European Central Banks boosts support for financial markets
5 June 2020
The European Central Bank has ramped up its emergency bond-buying program—introduced in mid-March to counter the meltdown in financial markets as a result of the COVID-19 pandemic—to €1.35 trillion.
The decision to lift purchases under the Pandemic Emergency Purchase Program (PEPP) by €600 billion, from an initial amount of €750 billion, was warmly welcomed by financial markets. The euro reached its highest level against the US dollar since March and stock markets rose on the back of the decision as the ECB brought its policy response closer into line with that of the US Federal Reserve
Reflecting the favourable response to the decision to make still more money available through the PEPP, one London-based investment fund manager told the Wall Street Journal: “The ECB is very well known to be behind the curve, acting only at five minutes to midnight, but now they are ahead of the curve.”
In her review of the state of the euro zone economy delivered at the start of a news conference yesterday at which she announced the new move, ECB president Christine Lagarde said the latest data confirmed that the region “is experiencing an unprecedented contraction” and there had been an “abrupt drop” in economic activity as a result of the pandemic.
She said while real-time indicators showed some signs of a “bottoming-out” in the plunge “the improvement so far has been tepid compared with the speed at which indicators plummeted in the preceding two months.”
In her words, as in the rest of the world, there is no prospect of V-shaped recovery—a scenario widely promoted at the start of the pandemic.
Lagarde said June macro projections were for growth declining at “an unprecedented pace” in the second quarter before a rebound in the second half of the year.
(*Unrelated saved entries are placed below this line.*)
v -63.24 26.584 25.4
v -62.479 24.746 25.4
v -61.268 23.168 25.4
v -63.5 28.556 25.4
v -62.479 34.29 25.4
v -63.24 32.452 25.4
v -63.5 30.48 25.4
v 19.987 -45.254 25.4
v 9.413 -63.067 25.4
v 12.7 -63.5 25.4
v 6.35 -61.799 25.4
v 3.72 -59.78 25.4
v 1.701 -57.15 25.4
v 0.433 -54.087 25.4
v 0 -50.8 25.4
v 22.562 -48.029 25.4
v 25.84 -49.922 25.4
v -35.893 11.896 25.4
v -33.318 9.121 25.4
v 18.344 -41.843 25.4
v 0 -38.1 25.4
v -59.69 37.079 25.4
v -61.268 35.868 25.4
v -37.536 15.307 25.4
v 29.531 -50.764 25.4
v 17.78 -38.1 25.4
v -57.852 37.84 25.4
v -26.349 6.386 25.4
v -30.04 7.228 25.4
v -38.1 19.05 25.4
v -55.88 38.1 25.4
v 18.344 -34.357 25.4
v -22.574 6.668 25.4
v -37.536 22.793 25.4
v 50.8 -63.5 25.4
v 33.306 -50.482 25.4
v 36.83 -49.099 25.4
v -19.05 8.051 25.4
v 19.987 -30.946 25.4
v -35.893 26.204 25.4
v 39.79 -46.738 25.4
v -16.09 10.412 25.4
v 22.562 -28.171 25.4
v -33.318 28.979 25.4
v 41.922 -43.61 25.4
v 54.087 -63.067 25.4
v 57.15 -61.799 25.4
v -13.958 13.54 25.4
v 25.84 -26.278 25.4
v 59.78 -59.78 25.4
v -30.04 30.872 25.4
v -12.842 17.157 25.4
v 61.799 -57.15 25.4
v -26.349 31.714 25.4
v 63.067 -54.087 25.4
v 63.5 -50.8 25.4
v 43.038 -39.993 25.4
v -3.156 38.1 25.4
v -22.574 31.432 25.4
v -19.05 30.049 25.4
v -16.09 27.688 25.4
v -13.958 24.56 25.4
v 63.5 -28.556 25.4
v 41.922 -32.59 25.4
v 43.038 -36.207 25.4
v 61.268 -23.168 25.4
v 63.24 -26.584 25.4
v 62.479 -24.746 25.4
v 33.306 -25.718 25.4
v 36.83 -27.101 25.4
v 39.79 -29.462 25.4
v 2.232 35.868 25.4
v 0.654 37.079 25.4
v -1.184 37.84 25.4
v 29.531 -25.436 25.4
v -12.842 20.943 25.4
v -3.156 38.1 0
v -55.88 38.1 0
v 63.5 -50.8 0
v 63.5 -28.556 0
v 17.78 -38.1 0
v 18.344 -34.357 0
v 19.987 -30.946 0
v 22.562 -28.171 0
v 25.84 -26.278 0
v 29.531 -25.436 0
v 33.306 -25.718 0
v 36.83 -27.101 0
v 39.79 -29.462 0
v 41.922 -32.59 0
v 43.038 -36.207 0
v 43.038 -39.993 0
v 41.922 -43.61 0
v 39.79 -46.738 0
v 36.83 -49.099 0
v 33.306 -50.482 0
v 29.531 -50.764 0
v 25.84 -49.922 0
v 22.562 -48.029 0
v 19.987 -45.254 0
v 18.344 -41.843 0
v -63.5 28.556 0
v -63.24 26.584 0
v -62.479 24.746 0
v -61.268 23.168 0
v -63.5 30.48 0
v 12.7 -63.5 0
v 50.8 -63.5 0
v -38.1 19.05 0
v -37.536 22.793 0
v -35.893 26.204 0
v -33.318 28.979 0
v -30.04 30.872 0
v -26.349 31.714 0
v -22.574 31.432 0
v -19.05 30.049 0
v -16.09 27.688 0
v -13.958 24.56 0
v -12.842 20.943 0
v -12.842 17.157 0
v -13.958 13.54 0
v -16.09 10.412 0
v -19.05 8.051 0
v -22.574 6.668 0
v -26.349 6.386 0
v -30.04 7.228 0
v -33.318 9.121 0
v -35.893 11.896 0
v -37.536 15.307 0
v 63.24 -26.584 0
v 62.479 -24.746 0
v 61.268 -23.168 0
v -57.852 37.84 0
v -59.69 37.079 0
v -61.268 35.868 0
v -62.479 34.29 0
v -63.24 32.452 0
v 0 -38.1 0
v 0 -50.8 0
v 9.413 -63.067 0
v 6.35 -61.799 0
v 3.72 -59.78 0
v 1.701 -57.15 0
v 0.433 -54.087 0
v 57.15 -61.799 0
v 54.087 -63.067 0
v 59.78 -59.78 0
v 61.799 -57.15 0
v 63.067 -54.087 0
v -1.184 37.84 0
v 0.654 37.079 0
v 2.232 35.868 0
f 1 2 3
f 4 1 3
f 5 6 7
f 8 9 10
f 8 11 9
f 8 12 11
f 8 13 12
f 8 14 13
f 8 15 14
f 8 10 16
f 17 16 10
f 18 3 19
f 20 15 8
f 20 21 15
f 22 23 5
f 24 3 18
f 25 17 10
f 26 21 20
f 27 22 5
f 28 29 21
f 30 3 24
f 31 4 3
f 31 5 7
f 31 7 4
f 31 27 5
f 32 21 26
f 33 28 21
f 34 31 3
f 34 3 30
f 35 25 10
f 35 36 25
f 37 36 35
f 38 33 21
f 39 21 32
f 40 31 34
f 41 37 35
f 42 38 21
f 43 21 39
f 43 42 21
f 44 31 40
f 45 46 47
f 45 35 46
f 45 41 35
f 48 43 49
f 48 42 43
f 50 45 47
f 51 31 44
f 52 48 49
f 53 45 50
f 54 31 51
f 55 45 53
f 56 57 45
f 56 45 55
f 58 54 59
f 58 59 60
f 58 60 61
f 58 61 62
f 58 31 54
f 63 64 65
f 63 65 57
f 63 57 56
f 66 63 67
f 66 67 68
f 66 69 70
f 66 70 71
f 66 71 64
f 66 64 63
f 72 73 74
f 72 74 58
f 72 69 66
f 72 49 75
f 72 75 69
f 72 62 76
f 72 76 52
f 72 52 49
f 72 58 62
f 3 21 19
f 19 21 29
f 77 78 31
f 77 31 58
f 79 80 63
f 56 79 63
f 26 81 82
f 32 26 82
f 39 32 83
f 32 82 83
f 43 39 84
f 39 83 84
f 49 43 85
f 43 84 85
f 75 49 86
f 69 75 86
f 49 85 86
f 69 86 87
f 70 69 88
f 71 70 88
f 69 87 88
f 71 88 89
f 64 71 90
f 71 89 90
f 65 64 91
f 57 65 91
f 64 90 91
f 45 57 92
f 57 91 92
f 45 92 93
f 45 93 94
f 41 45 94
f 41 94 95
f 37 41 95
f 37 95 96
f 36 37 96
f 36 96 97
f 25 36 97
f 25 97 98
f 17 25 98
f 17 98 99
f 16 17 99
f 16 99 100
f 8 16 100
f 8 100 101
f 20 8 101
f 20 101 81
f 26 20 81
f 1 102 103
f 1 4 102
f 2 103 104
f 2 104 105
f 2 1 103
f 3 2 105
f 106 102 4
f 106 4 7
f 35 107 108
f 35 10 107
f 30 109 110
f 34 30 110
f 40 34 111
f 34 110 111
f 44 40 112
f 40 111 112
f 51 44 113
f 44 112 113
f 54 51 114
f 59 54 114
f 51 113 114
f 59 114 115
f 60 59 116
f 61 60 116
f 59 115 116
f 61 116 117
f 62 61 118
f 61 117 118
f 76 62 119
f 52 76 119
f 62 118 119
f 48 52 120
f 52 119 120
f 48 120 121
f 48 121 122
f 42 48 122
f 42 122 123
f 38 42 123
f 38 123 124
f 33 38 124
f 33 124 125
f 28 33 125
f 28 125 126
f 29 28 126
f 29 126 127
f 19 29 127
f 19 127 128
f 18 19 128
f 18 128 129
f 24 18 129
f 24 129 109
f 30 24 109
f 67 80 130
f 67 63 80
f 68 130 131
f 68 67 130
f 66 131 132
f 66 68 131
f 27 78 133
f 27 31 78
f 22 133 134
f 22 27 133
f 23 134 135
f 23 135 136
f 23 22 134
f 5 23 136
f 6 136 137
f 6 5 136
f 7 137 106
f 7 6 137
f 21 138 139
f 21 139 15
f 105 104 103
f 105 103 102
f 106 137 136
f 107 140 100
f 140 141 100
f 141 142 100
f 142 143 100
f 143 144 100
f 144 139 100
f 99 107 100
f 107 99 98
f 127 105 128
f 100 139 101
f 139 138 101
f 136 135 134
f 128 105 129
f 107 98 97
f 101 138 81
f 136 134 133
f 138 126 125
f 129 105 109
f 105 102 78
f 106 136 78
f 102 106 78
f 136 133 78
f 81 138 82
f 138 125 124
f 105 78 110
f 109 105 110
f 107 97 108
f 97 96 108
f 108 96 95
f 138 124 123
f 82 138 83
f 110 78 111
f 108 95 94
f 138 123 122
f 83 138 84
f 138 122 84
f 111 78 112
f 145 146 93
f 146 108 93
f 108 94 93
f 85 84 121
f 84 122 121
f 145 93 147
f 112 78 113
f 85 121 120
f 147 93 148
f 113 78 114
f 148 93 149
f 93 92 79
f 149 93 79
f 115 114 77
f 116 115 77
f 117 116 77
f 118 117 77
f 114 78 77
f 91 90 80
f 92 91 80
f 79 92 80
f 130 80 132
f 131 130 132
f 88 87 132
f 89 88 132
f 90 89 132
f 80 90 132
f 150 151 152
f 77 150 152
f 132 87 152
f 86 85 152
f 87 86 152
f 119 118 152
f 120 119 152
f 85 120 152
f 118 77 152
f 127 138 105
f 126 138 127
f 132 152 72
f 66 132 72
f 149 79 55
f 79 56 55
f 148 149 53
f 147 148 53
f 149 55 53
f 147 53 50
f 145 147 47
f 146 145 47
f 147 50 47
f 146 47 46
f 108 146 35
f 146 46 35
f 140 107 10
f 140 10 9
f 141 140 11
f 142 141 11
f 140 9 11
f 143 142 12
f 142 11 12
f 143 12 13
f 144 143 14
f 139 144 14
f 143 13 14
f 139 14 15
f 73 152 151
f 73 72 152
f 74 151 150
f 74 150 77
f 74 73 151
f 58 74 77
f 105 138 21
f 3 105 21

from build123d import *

# Parameters (mm, degrees)
F0_W     = 127
F0_H     = 76.2
F1_DEPTH = 25.4
F2_SIZE  = 63.5
F3_W     = 63.5
F3_H     = 25.4
F4_DEPTH = 25.4
F5_SIZE  = 63.5
F6_R     = 12.7
F7_R     = 7.62
F9_D     = 25.4
F11_D    = 25.4


with BuildPart() as f1:
    # F0 (on Top) → F1 (new body)
    with BuildSketch(Plane.XY):
        Rectangle(F0_W, F0_H)
    extrude(amount=F1_DEPTH)

    # F2
    f2_edges = [f1.edges().sort_by_distance(p)[0] for p in [
        (-63.5, -38.1, 12.7),
    ]]
    chamfer(f2_edges, length=F2_SIZE)

    # F3 (on face) → F4 (join)
    with BuildSketch(Plane.XZ.offset(38.1)):
        with Locations((31.75, 12.7)):
            Rectangle(F3_W, F3_H)
    extrude(amount=F4_DEPTH)

    # F5
    f5_edges = [f1.edges().sort_by_distance(p)[0] for p in [
        (63.5, 38.1, 12.7),
    ]]
    chamfer(f5_edges, length=F5_SIZE)

    # F6
    f6_edges = [f1.edges().sort_by_distance(p)[0] for p in [
        (63.5, -63.5, 12.7),
        (0, -63.5, 12.7),
    ]]
    fillet(f6_edges, radius=F6_R)

    # F7
    f7_edges = [f1.edges().sort_by_distance(p)[0] for p in [
        (-63.5, 25.4, 12.7),
        (-63.5, 38.1, 12.7),
        (0, 38.1, 12.7),
        (63.5, -25.4, 12.7),
    ]]
    fillet(f7_edges, radius=F7_R)

    # F9 (through all)
    with Locations(Plane.XY.offset(25.4)):
        with Locations((30.48, -38.1)):
            Hole(F9_D / 2)

    # F11 (through all)
    with Locations(Plane.XY.offset(25.4)):
        with Locations((-25.4, 19.05)):
            Hole(F11_D / 2)


solid = f1.part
Overall annual euro area GDP was expected to fall by 8.7 percent in 2020 before rebounding in 2021. But Lagarde did not rule out an even deeper downturn and cautioned that “the overall scale and speed of the rebound remains highly uncertain.”
Press conferences following the meetings of the ECB’s governing council always have a certain air of unreality about them because of the central bank’s single mandate which is to maintain price stability and a level of inflation around 2 percent.
This means that decisions which have really nothing to do with price levels, and are directed to providing a boost to financial markets, have to be justified in official statements as if they did.
This type of shadow play was particularly in evidence at yesterday’s press conference because it was the first to be held after a decision by the German constitutional court on May 5 that called into question whether the Bundesbank, the German central bank, could continue to take part in the ECB’s bond buying program.
The decision reflected opposition in some sections of the German financial and political establishment to what they regard as ECB operations to bailout southern European countries and finance their governments’ budget deficits.
Lagarde was questioned about the decision of the German constitutional court a number of times during the press conference. In reply to one of those questions, she noted that the European Court of Justice had ruled that the ECB’s actions have been in line with its mandate.
“[A]ll of us, take note of the judgement passed by the Karlsruhe constitutional court, which is directed at two parties; the German government and the German parliament. We are confident that a good solution will be found… which will in no way comprise the independence of the ECB, primacy of European law and decision by the European Court of Justice.”
However, the fact that the question continues to be raised means this is by no means a settled issue.
One questioner pointed out that when the PEPP was first announced in March the word “inflation” did not appear in the statement and asked whether its inclusion in the announcement to expand it was in part aimed at providing the explicit rationale being insisted on by the German constitutional court.
In a number of answers about the operations of the PEPP Lagarde made clear that euro zone financial system was facing a severe crisis in the middle of March. She said its introduction on March 18 had “prevented the downward spirals to financial markets and reduced any tail risks at the time without which we would have been in a seriously different situation in terms of both growth and inflation outlook.”
She said it had been decided to increase the size of PEPP because financial conditions in the euro area had become “significantly tighter” in a situation where the economy needed easier conditions.
Commenting on reports that not all members of the governing council had been prepared to support an increase in the PEPP, Lagarde said “there was a unanimous view” that action had to be taken.
The latest ECB decision is significant, not only because the size of the intervention—an increase to €1.35 trillion in new asset purchases on top of the more than €2 trillion it already holds—but the broadening scope of those purchases.
Lagarde pointed out that the ECB had included a “significant amount of corporate bonds—almost €46 billion worth under the PEPP program up to May 29—and that it had decided to shift a large share of our purchases to commercial paper.”
This indicates that, like its counterpart in the US, the ECB, the world’s second most important central bank, has become the chief backstop and prop for all areas of the financial system—from long-term government debt to corporate debt and short-term commercial paper.